View and analyze your evaluation results in Pydantic Logfire's web interface. Evals provide observability into how your AI systems perform across different test cases and experiments over time.

To get started with creating and running evals, see the Pydantic Evals docs. For managing datasets in Logfire, see the Datasets guide.

The Datasets List

Click Evals in the sidebar to open the datasets list. This is the top-level view for all evaluation activity in your project.

Each dataset row shows:

  • Name --- the dataset identifier (with a hosted badge for hosted datasets)
  • Pass rate --- aggregate pass rate from the most recent experiments
  • Last run --- when the most recent experiment was run
  • Experiments --- total number of experiment runs
  • Cases --- number of test cases in the dataset

Use the All, Hosted, and Local tabs to filter by dataset source. The search bar filters by name.

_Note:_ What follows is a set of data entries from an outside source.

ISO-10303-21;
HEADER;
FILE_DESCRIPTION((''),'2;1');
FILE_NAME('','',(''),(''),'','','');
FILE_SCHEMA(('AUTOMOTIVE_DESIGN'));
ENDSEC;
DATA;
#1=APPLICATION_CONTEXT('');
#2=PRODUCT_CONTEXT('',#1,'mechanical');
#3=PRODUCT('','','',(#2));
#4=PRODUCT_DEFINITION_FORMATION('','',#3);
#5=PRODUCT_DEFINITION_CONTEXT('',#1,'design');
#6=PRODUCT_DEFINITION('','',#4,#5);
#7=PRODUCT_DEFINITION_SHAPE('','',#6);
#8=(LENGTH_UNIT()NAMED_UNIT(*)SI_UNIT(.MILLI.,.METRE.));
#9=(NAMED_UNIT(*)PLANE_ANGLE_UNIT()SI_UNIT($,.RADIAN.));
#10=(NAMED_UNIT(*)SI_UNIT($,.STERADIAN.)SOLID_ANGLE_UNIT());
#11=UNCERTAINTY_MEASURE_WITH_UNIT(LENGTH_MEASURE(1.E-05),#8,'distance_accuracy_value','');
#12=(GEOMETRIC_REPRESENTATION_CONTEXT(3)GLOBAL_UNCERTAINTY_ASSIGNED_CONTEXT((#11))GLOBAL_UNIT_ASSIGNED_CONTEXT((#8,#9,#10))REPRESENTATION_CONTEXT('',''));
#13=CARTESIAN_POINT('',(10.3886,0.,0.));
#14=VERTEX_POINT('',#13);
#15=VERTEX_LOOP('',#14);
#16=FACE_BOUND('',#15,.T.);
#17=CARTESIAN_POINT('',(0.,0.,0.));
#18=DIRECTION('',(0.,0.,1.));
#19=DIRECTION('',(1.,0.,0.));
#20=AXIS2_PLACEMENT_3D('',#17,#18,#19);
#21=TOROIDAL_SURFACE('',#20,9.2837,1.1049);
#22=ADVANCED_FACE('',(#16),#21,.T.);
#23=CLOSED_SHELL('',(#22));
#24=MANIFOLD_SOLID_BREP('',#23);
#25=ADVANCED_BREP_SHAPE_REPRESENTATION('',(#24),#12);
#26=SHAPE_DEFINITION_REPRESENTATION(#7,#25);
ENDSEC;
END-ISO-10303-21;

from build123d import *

# Parameters (mm, degrees)
SKETCH1_R = 1.1049


with BuildPart() as part:
    # Sketch1 → Revolve1 (revolve)
    with BuildSketch(Plane(origin=(0, 0, 0), x_dir=(0, -1, 0), z_dir=(1, 0, 0))):
        with Locations((9.2837, 0)):
            Circle(SKETCH1_R)
    revolve(axis=Axis((0, 0, 1.1049), (0, 0, -1)))


solid = part.part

If you haven't created any datasets yet, the empty state guides you through two paths: creating a hosted dataset in the UI, or running evals from code with pydantic-evals.

Dataset Detail Page

Click a dataset name to open its detail page. The page has tabs for:

  • Experiments --- all evaluation runs against this dataset
  • Cases --- test cases (editable for hosted datasets)
  • Schema --- input, output, and metadata schemas

The header shows the dataset name, experiment count, case count, and aggregate pass rate. Use the Export button to download cases, the Edit button to modify the dataset, or the <> SDK button to view code snippets for working with this dataset programmatically.

If the dataset has no experiments yet, the empty state walks you through the setup: define your schema, add test cases, then run your first experiment from code.

Viewing Experiments

The Experiments tab lists all evaluation runs for the dataset. Each experiment shows results in a grid with inputs, outputs, scores, and assertion results.

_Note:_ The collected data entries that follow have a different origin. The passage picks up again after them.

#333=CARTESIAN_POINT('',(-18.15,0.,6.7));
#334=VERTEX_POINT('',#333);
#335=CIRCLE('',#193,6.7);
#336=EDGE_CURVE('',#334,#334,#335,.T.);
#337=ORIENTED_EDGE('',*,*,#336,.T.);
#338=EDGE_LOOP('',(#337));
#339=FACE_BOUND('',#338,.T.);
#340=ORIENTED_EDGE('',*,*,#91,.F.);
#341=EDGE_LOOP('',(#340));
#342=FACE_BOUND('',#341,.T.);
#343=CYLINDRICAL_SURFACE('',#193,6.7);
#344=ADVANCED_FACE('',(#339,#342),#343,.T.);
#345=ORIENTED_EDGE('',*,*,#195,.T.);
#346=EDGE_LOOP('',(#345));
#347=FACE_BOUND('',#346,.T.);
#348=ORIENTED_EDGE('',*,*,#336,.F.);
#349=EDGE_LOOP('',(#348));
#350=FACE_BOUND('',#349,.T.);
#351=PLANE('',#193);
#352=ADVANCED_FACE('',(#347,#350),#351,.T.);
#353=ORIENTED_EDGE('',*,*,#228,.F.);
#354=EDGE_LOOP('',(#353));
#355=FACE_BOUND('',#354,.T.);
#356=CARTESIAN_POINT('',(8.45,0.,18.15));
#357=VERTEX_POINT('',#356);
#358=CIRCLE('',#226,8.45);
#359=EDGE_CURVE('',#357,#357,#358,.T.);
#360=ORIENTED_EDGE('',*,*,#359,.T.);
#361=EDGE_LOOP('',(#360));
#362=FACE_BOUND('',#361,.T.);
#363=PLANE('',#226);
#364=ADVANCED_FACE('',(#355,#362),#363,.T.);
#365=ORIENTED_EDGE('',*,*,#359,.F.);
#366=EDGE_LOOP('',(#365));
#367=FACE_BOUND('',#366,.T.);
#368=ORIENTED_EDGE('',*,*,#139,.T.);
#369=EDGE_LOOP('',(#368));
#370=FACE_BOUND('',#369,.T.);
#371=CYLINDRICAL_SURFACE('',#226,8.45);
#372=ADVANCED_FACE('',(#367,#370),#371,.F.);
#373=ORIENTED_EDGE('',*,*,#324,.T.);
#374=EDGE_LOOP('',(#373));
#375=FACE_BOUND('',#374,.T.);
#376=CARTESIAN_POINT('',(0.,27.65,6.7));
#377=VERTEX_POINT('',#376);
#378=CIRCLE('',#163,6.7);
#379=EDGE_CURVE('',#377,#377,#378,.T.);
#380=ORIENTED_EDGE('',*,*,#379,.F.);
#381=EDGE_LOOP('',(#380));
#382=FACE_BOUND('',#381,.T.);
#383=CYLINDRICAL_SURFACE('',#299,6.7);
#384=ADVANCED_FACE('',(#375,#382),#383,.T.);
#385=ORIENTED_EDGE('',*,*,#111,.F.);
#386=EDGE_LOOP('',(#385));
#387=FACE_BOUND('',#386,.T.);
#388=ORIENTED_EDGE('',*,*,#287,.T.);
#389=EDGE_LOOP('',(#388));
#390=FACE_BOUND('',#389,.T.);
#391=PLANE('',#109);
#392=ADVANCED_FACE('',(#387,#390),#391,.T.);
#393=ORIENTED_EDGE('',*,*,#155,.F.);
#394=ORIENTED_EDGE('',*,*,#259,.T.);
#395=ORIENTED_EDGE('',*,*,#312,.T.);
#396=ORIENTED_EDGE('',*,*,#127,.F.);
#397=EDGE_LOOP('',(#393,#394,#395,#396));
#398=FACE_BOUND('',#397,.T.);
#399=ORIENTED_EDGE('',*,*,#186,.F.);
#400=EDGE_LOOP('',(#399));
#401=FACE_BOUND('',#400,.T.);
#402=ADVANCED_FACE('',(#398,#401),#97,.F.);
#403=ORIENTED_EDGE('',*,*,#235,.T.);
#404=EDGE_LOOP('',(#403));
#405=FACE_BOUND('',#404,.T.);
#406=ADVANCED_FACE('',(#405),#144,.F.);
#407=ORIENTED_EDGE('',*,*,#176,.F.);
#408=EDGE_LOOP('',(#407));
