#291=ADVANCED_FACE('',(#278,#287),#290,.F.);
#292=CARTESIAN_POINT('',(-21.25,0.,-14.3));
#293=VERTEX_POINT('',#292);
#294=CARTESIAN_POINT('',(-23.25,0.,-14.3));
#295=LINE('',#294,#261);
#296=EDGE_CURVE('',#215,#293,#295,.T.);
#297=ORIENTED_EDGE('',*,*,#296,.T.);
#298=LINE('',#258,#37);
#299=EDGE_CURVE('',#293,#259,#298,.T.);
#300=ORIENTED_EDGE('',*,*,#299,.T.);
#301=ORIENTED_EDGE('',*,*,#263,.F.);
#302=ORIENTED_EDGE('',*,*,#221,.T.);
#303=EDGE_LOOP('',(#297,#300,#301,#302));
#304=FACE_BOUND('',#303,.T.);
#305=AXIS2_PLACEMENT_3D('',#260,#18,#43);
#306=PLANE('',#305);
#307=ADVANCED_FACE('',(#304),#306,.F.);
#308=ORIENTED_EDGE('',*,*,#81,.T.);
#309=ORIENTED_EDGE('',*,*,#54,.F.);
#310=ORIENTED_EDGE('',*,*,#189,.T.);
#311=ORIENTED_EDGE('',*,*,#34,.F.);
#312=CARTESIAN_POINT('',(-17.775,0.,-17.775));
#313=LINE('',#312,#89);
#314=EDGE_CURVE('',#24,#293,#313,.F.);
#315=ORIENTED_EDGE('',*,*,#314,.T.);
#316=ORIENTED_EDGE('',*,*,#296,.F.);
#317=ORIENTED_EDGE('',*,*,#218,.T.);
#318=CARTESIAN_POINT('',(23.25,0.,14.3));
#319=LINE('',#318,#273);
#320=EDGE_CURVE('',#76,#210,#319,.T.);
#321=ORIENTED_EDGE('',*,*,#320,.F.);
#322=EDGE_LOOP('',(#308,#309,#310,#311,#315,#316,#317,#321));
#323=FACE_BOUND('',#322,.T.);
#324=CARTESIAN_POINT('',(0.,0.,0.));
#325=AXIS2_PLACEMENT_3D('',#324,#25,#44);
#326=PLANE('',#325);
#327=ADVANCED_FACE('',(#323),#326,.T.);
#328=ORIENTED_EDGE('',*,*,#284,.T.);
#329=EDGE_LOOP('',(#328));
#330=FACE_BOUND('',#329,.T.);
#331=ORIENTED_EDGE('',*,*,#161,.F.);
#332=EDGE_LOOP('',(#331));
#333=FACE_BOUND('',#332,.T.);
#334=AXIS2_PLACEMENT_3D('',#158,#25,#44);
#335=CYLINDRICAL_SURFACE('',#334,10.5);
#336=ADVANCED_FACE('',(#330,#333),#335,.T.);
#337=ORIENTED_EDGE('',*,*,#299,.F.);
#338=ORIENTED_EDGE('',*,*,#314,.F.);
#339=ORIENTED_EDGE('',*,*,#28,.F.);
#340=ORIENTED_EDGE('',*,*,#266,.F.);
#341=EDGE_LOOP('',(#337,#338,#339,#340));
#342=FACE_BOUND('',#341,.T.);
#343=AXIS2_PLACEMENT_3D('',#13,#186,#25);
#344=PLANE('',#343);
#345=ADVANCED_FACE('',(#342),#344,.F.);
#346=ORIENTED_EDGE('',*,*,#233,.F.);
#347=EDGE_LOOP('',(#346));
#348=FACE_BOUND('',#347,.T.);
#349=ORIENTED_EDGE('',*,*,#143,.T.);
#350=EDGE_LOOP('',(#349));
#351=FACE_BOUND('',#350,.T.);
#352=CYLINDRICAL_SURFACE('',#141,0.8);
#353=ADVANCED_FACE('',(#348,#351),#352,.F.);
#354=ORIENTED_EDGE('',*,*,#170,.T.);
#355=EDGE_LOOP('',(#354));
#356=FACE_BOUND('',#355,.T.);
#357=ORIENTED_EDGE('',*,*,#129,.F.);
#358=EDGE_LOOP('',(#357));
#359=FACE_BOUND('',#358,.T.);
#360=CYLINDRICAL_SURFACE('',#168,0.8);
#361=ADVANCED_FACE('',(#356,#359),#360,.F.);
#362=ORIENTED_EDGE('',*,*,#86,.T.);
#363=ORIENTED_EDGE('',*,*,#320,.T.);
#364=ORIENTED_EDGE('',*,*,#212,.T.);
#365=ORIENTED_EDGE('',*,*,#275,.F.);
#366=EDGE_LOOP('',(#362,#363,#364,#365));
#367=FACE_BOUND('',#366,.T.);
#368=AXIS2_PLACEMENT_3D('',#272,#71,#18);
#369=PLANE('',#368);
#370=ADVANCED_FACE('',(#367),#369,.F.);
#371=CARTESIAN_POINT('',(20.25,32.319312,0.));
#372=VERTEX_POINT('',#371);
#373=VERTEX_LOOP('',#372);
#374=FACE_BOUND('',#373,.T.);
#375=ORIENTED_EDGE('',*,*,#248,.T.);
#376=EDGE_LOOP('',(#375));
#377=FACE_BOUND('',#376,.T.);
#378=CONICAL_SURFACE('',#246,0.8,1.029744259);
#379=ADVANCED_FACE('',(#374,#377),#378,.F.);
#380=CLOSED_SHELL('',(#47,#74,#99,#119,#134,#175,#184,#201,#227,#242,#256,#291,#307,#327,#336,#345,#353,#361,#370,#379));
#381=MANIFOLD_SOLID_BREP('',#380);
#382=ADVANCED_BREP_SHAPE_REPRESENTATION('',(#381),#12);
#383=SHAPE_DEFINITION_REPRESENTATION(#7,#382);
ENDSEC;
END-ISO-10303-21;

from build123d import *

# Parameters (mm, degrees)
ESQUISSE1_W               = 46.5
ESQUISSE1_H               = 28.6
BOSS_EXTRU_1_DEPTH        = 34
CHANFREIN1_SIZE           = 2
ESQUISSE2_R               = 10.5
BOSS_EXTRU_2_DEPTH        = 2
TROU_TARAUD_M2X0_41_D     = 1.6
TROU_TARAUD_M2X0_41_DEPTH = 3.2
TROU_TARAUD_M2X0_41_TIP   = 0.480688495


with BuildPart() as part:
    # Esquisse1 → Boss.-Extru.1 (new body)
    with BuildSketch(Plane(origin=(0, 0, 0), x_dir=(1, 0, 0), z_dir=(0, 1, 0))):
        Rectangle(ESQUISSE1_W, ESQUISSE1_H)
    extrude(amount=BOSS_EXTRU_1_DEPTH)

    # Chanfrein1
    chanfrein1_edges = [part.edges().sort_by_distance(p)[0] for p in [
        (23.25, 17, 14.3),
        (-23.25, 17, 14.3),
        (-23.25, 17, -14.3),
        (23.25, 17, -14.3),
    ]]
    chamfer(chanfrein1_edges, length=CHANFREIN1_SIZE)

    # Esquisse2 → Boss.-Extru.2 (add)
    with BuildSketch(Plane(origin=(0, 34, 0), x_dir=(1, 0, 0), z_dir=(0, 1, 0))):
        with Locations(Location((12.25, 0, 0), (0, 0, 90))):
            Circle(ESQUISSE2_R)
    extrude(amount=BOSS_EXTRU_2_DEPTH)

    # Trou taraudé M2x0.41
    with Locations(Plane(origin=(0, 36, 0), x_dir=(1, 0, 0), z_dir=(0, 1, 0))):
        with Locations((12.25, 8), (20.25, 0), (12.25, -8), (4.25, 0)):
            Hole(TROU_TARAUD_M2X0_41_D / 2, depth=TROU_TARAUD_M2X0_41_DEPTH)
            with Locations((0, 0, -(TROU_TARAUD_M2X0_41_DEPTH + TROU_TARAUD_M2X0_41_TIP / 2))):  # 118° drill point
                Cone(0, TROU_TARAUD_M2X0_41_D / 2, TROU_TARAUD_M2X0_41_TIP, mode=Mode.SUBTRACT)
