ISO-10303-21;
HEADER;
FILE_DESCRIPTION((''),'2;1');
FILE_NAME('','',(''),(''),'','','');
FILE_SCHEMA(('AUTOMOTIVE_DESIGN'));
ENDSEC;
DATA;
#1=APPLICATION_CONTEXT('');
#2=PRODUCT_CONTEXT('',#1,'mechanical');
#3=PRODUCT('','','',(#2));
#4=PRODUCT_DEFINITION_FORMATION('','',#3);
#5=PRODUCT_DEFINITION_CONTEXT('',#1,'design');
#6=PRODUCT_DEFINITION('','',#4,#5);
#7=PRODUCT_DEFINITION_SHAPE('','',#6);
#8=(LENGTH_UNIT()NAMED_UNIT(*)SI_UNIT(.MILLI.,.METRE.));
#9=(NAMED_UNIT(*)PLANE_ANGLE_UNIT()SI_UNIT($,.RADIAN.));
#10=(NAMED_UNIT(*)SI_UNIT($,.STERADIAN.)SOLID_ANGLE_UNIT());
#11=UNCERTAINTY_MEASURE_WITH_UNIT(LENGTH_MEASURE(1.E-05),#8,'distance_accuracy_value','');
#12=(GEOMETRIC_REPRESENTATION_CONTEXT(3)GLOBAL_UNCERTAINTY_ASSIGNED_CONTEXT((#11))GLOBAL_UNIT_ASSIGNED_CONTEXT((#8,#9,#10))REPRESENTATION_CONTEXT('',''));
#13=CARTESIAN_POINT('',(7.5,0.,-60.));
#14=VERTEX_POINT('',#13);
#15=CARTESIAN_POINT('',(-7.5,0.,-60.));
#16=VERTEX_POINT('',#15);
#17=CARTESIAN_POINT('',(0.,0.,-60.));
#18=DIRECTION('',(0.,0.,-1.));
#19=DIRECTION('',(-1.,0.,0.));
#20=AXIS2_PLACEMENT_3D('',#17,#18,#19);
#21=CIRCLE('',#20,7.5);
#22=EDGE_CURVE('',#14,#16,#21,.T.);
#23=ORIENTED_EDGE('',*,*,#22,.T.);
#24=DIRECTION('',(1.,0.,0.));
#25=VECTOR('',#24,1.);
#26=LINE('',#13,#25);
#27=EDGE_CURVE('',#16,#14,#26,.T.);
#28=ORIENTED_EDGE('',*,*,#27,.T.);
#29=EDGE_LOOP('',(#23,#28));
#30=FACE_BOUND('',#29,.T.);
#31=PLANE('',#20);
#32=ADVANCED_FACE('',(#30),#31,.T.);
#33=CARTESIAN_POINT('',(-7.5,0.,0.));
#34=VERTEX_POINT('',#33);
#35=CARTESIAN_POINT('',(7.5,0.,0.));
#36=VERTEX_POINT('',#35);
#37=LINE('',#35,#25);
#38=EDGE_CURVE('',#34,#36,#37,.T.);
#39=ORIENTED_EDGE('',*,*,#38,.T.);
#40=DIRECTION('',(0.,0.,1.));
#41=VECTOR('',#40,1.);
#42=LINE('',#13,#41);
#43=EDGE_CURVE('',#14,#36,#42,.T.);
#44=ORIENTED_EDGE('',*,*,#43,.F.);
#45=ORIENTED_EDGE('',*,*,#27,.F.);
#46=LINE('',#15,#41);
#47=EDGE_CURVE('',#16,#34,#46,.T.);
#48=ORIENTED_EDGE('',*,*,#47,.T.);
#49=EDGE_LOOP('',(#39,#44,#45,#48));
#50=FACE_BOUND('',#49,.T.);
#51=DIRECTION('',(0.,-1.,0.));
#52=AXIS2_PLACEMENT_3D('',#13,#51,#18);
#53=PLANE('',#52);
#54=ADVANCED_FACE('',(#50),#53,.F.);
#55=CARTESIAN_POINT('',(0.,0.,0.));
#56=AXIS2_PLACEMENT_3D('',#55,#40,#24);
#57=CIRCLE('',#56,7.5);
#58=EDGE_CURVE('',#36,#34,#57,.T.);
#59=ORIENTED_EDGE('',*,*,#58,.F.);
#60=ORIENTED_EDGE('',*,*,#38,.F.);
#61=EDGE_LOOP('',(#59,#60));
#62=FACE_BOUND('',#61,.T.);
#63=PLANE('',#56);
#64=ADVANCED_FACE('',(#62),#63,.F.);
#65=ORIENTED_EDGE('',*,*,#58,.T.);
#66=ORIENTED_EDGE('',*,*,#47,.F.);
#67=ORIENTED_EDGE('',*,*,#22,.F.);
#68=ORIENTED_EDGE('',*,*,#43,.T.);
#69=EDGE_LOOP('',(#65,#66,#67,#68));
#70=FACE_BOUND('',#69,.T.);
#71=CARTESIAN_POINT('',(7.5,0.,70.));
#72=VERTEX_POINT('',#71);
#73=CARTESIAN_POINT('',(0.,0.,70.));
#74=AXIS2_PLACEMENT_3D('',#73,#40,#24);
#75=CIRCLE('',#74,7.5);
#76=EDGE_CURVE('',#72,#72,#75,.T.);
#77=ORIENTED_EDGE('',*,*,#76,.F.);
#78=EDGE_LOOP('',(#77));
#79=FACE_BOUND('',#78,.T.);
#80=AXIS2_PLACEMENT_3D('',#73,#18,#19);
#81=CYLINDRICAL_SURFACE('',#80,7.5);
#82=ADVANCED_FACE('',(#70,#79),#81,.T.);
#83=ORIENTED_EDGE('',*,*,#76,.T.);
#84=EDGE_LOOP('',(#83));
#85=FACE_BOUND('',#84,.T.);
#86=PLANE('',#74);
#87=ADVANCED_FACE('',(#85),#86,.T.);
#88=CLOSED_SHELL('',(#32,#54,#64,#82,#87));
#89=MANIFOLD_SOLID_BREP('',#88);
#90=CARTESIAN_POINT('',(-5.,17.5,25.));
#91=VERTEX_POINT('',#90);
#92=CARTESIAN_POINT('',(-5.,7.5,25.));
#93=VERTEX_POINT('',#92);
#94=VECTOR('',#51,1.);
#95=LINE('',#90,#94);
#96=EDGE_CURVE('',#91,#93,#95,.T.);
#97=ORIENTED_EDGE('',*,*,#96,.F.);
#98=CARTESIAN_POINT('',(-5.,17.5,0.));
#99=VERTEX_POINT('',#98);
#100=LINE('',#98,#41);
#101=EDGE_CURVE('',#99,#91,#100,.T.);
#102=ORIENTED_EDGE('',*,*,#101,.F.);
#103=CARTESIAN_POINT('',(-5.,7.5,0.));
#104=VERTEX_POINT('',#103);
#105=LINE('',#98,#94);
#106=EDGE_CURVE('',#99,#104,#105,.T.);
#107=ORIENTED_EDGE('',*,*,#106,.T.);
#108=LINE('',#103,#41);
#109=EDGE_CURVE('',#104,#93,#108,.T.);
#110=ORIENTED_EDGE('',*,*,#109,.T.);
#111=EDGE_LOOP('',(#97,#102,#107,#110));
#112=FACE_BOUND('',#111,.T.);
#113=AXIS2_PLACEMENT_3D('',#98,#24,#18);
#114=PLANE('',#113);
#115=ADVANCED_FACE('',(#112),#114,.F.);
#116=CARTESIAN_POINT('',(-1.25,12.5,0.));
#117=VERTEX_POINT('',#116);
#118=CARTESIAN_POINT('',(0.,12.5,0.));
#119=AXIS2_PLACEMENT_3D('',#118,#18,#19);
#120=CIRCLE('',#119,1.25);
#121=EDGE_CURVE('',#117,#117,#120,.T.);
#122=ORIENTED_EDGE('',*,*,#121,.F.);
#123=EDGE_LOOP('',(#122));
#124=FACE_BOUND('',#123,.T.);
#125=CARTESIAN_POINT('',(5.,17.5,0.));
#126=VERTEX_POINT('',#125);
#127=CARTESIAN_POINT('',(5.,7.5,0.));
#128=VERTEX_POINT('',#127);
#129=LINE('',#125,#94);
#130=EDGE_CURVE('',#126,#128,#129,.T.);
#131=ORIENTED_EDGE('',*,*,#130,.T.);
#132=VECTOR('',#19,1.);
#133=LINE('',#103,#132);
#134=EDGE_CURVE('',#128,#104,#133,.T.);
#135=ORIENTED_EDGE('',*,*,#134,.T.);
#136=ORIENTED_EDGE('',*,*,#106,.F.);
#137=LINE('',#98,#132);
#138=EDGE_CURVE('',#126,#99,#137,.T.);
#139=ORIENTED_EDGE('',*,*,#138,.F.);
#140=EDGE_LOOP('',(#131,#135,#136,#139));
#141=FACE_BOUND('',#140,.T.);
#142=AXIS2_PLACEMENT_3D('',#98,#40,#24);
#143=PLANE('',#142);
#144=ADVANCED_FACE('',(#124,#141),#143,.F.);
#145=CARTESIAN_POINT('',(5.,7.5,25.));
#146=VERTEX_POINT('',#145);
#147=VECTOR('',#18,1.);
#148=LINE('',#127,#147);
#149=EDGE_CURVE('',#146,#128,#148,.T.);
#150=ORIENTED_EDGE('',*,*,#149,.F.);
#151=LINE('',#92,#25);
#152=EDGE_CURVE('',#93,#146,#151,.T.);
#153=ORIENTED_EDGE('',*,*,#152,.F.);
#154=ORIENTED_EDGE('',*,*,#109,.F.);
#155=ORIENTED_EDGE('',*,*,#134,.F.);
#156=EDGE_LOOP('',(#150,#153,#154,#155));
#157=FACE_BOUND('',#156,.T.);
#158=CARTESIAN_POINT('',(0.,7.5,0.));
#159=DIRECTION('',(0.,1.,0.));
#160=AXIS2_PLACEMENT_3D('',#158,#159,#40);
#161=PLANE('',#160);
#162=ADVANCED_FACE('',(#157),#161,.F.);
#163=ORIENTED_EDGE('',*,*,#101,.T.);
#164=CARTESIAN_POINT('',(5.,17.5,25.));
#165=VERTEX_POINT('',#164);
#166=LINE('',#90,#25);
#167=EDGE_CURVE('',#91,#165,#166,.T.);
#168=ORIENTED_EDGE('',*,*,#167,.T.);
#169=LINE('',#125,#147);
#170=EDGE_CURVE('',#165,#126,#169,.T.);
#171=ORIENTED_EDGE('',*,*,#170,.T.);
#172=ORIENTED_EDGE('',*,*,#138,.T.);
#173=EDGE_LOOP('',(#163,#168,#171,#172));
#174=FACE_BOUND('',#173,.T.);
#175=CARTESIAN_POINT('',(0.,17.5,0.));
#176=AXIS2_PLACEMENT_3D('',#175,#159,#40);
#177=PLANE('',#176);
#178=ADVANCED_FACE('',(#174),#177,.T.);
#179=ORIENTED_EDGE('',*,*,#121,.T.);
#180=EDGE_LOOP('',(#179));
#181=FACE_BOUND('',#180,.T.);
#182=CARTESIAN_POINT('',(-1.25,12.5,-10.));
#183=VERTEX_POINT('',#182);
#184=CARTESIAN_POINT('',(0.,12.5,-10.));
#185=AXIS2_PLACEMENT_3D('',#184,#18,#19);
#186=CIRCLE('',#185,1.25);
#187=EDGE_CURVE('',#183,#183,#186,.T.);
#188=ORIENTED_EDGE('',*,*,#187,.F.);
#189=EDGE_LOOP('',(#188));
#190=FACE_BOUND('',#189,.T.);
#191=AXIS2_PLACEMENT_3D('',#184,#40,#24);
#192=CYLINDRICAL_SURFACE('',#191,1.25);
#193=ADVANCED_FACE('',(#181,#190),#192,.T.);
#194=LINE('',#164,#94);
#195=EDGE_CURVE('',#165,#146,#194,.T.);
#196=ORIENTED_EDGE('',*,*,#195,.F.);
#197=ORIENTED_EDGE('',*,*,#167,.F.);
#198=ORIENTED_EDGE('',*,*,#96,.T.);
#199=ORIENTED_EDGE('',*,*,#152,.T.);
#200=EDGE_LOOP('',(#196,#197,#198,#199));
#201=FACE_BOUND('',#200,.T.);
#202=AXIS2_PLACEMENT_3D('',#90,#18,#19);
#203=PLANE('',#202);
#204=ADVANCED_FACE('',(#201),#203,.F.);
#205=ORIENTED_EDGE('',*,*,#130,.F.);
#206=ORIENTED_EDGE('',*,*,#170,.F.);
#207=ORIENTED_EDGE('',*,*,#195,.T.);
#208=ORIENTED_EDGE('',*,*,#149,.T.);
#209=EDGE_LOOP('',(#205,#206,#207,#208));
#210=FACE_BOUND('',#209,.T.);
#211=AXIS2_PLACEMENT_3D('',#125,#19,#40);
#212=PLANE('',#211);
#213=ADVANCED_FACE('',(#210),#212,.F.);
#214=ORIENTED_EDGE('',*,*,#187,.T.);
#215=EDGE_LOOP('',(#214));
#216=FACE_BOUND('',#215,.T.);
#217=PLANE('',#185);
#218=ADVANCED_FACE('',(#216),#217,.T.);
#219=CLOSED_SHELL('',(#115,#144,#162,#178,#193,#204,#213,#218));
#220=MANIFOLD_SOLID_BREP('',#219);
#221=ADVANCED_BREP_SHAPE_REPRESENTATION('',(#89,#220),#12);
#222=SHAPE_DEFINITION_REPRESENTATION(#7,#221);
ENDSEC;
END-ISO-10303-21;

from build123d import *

# Parameters (mm, degrees)
SKETCH_1_R      = 7.5
EXTRUDE_1_DEPTH = 70
EXTRUDE_START   = 60
EXTRUDE_2_DEPTH = 60
SKETCH_4_W      = 10
SKETCH_4_H      = 25
EXTRUDE_3_DEPTH = 10
SKETCH_5_R      = 1.25
EXTRUDE_4_DEPTH = 10


with BuildPart() as part:
    # 草圖1 → 填料-伸長1 (new body)
    with BuildSketch(Plane.XY):
        Circle(SKETCH_1_R)
    extrude(amount=EXTRUDE_1_DEPTH)

    # 草圖2 → 填料-伸長2 (add)
    with BuildSketch(Plane(origin=(0, 0, 0), x_dir=(-1, 0, 0), z_dir=(0, 0, -1)).offset(EXTRUDE_START)):
        with BuildLine():
            Line((-7.5, 0), (7.5, 0))
            ThreePointArc((7.5, 0), (0, -7.5), (-7.5, 0))
        make_face()
    extrude(amount=-EXTRUDE_2_DEPTH)


with BuildPart() as body_2:
    # 草圖4 → 填料-伸長3 (new body)
    with BuildSketch(Plane(origin=(0, 7.5, 0), x_dir=(1, 0, 0), z_dir=(0, 1, 0))):
        with Locations((0, -12.5)):
            Rectangle(SKETCH_4_W, SKETCH_4_H)
    extrude(amount=EXTRUDE_3_DEPTH)

    # 草圖5 → 填料-伸長4 (add)
    with BuildSketch(Plane(origin=(0, 0, 0), x_dir=(-1, 0, 0), z_dir=(0, 0, -1))):
        with Locations((0, 12.5)):
            Circle(SKETCH_5_R)
    extrude(amount=EXTRUDE_4_DEPTH)


solid = Compound([part.part, body_2.part])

Click any experiment row to see detailed results including:

  • Test cases with inputs, expected outputs, and actual outputs
  • Assertion results --- pass/fail status for each evaluator
  • Performance metrics --- duration, token usage, and custom scores
  • Evaluation scores --- detailed scoring from all evaluators

Comparing Experiments

To compare multiple runs side by side:

  1. Select experiments from the list using the checkboxes
  2. Click Compare
  3. View side-by-side results for the same test cases

The comparison view highlights differences in outputs, score variations, performance changes, and regressions between runs.

Integration with Traces

Every evaluation experiment generates detailed OpenTelemetry traces that appear in Logfire:

  • Experiment span --- root span containing all evaluation metadata
  • Case execution spans --- individual test case runs with full context
  • Task function spans --- detailed tracing of your AI system under test
  • Evaluator spans --- scoring and assessment execution details

Navigate from experiment results to full trace details using the span links.